## WHAT TO WORK ON
With the string "BuildSketch" as the filter, copy each matching line from the records.

+ + +

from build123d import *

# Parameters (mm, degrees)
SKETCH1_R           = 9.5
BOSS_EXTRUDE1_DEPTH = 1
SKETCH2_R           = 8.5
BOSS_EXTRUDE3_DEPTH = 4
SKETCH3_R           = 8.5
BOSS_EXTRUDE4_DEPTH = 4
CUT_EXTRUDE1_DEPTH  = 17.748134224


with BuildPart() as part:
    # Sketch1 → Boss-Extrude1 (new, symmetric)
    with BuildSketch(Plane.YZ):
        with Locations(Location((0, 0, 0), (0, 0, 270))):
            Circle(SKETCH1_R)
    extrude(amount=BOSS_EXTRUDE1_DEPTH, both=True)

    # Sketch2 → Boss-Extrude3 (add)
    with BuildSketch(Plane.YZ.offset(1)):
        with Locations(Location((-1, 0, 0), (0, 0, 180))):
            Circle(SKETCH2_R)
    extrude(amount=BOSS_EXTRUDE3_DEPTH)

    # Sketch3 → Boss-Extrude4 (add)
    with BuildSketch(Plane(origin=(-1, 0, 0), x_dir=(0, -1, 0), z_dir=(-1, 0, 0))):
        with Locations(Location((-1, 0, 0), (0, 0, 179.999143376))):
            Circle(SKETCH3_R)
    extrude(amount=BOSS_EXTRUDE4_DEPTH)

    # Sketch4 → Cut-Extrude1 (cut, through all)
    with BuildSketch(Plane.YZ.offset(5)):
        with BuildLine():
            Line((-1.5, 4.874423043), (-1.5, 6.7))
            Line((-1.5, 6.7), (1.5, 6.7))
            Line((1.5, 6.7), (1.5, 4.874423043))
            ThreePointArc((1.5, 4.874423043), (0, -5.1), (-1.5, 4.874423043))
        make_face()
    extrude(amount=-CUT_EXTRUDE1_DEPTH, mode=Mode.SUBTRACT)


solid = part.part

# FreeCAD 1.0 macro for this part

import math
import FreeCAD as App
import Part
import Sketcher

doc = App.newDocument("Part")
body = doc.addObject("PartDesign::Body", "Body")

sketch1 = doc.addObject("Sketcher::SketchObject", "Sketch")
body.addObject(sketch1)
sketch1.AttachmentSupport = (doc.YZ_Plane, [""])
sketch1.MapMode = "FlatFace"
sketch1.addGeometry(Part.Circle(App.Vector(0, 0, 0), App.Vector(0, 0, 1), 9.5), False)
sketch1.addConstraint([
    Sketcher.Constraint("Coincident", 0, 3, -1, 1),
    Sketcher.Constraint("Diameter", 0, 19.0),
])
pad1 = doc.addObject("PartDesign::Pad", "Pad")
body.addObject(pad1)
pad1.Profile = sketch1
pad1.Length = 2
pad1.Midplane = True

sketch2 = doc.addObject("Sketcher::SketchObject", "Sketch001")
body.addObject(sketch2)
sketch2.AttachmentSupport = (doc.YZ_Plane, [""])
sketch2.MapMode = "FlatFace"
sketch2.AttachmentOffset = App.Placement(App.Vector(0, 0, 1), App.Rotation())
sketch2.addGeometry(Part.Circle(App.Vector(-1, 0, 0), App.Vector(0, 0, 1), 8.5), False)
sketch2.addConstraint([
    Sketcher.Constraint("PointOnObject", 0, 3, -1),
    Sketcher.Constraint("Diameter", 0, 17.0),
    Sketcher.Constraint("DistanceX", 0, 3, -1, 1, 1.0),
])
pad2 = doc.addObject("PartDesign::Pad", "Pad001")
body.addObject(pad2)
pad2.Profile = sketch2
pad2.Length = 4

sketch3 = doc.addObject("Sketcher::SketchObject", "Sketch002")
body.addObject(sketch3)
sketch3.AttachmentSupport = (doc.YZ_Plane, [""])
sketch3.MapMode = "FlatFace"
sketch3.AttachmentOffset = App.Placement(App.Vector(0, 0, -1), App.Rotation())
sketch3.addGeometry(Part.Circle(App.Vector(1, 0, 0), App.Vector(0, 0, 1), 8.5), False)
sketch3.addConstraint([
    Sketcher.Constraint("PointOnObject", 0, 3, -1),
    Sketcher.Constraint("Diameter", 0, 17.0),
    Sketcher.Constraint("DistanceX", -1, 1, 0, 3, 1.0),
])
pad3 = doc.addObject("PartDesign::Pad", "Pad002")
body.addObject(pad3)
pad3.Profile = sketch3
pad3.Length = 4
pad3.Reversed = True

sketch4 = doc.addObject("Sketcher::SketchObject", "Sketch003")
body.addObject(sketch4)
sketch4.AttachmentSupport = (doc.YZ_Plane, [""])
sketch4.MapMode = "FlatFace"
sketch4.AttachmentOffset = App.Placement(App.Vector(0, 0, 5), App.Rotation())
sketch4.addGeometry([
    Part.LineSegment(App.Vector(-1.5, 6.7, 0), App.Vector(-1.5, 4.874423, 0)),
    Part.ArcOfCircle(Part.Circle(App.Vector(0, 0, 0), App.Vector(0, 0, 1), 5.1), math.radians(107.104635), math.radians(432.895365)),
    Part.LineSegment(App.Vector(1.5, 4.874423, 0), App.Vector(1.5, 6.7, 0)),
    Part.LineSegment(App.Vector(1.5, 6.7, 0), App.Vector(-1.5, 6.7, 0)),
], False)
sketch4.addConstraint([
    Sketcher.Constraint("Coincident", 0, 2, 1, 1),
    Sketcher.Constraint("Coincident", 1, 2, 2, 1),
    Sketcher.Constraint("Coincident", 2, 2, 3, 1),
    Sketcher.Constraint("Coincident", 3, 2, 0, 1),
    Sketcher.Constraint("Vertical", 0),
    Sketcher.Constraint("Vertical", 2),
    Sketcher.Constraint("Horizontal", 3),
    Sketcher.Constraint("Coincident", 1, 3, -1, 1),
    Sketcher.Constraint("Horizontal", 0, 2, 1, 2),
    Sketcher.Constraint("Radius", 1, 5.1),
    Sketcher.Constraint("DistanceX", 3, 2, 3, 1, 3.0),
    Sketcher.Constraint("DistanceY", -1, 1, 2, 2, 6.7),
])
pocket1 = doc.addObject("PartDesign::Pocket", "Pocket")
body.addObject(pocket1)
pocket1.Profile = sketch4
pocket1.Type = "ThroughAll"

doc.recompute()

+ + +

## TASK RESPONSE
    with BuildSketch(Plane.YZ):
    with BuildSketch(Plane.YZ.offset(1)):
    with BuildSketch(Plane(origin=(-1, 0, 0), x_dir=(0, -1, 0), z_dir=(-1, 0, 0))):
    with BuildSketch(Plane.YZ.offset(5)):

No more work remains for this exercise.